G: Gesellschaft “society”
Regardless they work on Subaru as well, but only for scanning, not flashing.
Of course there are exceptions to this rule depending on year of Subaru but that’s besides the point.
The trick is to find a cable with a authentic FTDI chip.
Find one with the real FTDI FT232RL chipset. (not fake copy)
Most of the cables out there now do not have the real FT232RL chip anymore.
See what you can find near you.
Here is a cheap cable with FTDI FT232 in the USA that is confirmed to well with FreeSSM:
It works for Subaru from year 2000 to 2009 incl. Impreza, Forester, Tribeca, Liberty, Baja, Outback
Working with FreeSSM 1.2.5, the cable has the possibility to execute TCU resets (e.g. for the check engine lights), as well as to display real-time data for various measuring blocks and to perform all sorts of system tests for various components of the engine: the fuel pump, the radiator fan or the air suction valve, to name a few.

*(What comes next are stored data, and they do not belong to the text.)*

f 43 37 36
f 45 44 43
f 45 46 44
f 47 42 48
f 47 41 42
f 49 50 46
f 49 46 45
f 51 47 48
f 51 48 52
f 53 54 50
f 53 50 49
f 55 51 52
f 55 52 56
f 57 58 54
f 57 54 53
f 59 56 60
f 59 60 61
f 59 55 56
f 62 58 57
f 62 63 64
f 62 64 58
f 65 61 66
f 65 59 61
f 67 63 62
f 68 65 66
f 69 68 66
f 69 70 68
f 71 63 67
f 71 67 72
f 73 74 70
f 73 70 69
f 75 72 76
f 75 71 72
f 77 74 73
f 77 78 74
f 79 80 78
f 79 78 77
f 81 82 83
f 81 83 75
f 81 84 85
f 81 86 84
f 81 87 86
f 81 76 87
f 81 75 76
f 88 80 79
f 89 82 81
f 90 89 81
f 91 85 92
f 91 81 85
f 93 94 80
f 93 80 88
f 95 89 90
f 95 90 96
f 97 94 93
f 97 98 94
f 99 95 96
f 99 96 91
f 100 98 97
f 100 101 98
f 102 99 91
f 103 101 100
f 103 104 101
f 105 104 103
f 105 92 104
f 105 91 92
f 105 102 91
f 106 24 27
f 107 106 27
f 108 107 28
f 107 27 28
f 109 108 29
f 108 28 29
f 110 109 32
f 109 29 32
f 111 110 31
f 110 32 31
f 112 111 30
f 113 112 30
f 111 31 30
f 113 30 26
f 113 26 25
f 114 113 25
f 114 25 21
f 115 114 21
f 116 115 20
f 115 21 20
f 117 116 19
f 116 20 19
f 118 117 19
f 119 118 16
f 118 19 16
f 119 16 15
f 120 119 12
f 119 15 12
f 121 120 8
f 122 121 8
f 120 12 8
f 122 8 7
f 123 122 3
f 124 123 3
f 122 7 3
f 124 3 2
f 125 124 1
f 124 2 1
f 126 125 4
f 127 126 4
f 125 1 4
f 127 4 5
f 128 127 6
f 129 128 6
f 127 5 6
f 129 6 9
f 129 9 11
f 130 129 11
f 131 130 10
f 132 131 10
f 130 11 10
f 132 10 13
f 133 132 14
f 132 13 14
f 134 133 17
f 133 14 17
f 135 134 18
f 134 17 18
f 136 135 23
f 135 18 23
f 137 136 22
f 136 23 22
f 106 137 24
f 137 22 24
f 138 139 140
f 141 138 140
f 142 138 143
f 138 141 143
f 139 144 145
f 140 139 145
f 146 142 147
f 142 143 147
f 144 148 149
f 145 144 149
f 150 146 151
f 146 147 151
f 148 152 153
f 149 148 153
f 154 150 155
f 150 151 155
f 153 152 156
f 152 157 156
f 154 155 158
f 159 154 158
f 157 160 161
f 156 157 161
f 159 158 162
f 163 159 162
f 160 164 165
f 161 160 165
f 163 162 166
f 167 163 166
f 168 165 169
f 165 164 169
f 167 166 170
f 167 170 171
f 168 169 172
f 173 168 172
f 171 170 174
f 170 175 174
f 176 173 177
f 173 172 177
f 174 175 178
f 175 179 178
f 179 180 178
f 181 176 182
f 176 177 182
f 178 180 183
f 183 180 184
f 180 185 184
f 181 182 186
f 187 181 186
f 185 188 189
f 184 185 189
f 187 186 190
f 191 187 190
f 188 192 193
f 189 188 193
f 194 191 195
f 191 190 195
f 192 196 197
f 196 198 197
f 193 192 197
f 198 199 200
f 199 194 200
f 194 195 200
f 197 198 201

The functionality of the software can be truly evaluated by professional mechanics and car engineers, but it is said that it can easily replace more complex monitoring tools e.g. the Subaru Select Monitor. While the latter is a paid option, FreeSSM is an open-source project and can be used commercially free of charge.
And more introduction and images I found on their blog: http://blog.obdii365.com/2016/06/09/review-on-subaru-freessm-v125/
Just trying plug and play or using the drivers that come with the CD is a waste of time. Decide ahead of time which USB port you will use and don’t try moving around to another port later. Connect the cable to your computer only and you will get the standard Windows is looking for drivers… message without any ultimate success. Let that run its course then restart.

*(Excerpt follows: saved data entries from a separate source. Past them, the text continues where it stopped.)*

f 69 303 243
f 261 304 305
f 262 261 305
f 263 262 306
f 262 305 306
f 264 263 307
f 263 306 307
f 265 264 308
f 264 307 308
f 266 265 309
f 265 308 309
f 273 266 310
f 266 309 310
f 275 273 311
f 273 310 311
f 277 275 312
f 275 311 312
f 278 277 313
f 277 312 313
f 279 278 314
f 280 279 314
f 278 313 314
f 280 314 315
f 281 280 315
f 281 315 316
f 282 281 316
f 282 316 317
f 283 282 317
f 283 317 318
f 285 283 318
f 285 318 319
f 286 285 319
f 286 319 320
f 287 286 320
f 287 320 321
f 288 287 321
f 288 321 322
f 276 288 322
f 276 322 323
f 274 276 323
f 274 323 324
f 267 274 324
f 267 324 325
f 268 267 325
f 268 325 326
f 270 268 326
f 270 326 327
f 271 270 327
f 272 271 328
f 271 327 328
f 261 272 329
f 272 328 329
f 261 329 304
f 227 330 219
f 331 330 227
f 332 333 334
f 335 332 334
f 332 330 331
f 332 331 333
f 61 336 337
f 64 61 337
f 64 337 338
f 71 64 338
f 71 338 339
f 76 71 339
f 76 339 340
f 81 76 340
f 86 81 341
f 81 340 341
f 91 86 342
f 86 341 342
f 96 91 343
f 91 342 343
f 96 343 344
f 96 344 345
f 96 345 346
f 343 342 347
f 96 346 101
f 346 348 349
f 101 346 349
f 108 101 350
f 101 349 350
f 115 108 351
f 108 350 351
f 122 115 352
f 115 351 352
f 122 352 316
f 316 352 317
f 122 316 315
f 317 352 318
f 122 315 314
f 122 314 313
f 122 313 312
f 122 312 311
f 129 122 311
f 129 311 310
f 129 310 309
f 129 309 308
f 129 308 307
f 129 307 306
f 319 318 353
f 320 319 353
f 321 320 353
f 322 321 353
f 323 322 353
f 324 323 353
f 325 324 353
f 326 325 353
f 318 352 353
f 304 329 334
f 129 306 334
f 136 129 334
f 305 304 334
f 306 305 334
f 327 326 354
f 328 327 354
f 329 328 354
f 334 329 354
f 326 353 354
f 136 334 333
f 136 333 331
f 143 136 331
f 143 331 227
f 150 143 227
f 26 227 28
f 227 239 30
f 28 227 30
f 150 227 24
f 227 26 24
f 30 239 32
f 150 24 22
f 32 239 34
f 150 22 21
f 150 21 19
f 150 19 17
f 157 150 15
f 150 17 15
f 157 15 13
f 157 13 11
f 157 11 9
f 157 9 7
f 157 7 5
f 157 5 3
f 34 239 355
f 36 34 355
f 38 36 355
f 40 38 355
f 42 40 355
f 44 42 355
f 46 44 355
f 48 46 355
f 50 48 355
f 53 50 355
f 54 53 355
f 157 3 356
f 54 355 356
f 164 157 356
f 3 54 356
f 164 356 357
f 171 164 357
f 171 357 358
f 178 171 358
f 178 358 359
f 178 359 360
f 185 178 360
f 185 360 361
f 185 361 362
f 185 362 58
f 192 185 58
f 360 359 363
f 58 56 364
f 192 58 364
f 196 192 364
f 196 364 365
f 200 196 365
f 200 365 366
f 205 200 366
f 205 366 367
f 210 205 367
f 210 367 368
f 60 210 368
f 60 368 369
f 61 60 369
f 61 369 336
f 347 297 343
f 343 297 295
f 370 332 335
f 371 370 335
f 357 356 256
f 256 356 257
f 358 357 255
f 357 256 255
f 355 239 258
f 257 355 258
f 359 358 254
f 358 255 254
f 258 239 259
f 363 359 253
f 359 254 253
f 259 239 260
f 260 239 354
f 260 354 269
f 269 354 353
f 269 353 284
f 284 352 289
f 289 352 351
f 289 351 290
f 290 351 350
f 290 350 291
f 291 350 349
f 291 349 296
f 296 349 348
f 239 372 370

Hold down the Windows key and press Break while you are on the desktop to open the option to manage devices at the top left. With any luck, you should see FT232 USB UART listed. The 232 chip is apparently one of the few that work with the software. If you don’t see it, your cable is probably not compatible. Of course, you still don’t have a workable driver installed yet.